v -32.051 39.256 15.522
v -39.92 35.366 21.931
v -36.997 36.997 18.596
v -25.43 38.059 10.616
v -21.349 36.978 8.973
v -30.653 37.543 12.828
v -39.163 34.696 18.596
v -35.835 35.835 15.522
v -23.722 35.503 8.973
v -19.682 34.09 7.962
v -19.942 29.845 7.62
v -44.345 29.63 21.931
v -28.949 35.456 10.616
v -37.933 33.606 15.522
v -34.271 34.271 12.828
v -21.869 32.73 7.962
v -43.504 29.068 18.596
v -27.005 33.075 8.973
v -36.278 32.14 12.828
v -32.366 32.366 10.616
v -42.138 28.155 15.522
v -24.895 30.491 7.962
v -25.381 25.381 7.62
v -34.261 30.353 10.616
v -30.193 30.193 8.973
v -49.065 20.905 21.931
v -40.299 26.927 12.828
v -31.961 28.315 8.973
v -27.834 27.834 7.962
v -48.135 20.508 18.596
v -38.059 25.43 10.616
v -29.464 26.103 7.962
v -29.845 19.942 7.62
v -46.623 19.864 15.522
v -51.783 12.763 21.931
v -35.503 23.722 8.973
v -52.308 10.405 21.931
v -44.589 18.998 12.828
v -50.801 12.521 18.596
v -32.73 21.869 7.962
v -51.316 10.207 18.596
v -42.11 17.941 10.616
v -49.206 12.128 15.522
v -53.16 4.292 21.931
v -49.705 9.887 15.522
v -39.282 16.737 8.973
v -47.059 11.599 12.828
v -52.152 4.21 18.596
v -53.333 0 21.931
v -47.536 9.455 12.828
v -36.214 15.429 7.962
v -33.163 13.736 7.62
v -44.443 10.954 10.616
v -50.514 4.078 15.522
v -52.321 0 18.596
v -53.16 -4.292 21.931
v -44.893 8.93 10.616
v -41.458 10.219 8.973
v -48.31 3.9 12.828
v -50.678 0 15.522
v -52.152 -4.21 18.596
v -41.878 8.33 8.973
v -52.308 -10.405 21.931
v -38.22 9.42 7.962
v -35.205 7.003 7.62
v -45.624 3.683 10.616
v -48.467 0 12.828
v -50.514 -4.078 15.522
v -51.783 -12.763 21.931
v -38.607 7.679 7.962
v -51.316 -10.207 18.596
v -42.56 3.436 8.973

> **Required action**
Each line in the material above should be repeated exactly.

> **Solution to the problem**
v -32.051 39.256 15.522
v -39.92 35.366 21.931
v -36.997 36.997 18.596
v -25.43 38.059 10.616
v -21.349 36.978 8.973
v -30.653 37.543 12.828
v -39.163 34.696 18.596
v -35.835 35.835 15.522
v -23.722 35.503 8.973
v -19.682 34.09 7.962
v -19.942 29.845 7.62
v -44.345 29.63 21.931
v -28.949 35.456 10.616
v -37.933 33.606 15.522
v -34.271 34.271 12.828
v -21.869 32.73 7.962
v -43.504 29.068 18.596
v -27.005 33.075 8.973
v -36.278 32.14 12.828
v -32.366 32.366 10.616
v -42.138 28.155 15.522
v -24.895 30.491 7.962
v -25.381 25.381 7.62
v -34.261 30.353 10.616
v -30.193 30.193 8.973
v -49.065 20.905 21.931
v -40.299 26.927 12.828
v -31.961 28.315 8.973
v -27.834 27.834 7.962
v -48.135 20.508 18.596
v -38.059 25.43 10.616
v -29.464 26.103 7.962
v -29.845 19.942 7.62
v -46.623 19.864 15.522
v -51.783 12.763 21.931
v -35.503 23.722 8.973
v -52.308 10.405 21.931
v -44.589 18.998 12.828
v -50.801 12.521 18.596
v -32.73 21.869 7.962
v -51.316 10.207 18.596
v -42.11 17.941 10.616
v -49.206 12.128 15.522
v -53.16 4.292 21.931
v -49.705 9.887 15.522
v -39.282 16.737 8.973
v -47.059 11.599 12.828
v -52.152 4.21 18.596
v -53.333 0 21.931
v -47.536 9.455 12.828
v -36.214 15.429 7.962
v -33.163 13.736 7.62
v -44.443 10.954 10.616
v -50.514 4.078 15.522
v -52.321 0 18.596
v -53.16 -4.292 21.931
v -44.893 8.93 10.616
v -41.458 10.219 8.973
v -48.31 3.9 12.828
v -50.678 0 15.522
v -52.152 -4.21 18.596
v -41.878 8.33 8.973
v -52.308 -10.405 21.931
v -38.22 9.42 7.962
v -35.205 7.003 7.62
v -45.624 3.683 10.616
v -48.467 0 12.828
v -50.514 -4.078 15.522
v -51.783 -12.763 21.931
v -38.607 7.679 7.962
v -51.316 -10.207 18.596
v -42.56 3.436 8.973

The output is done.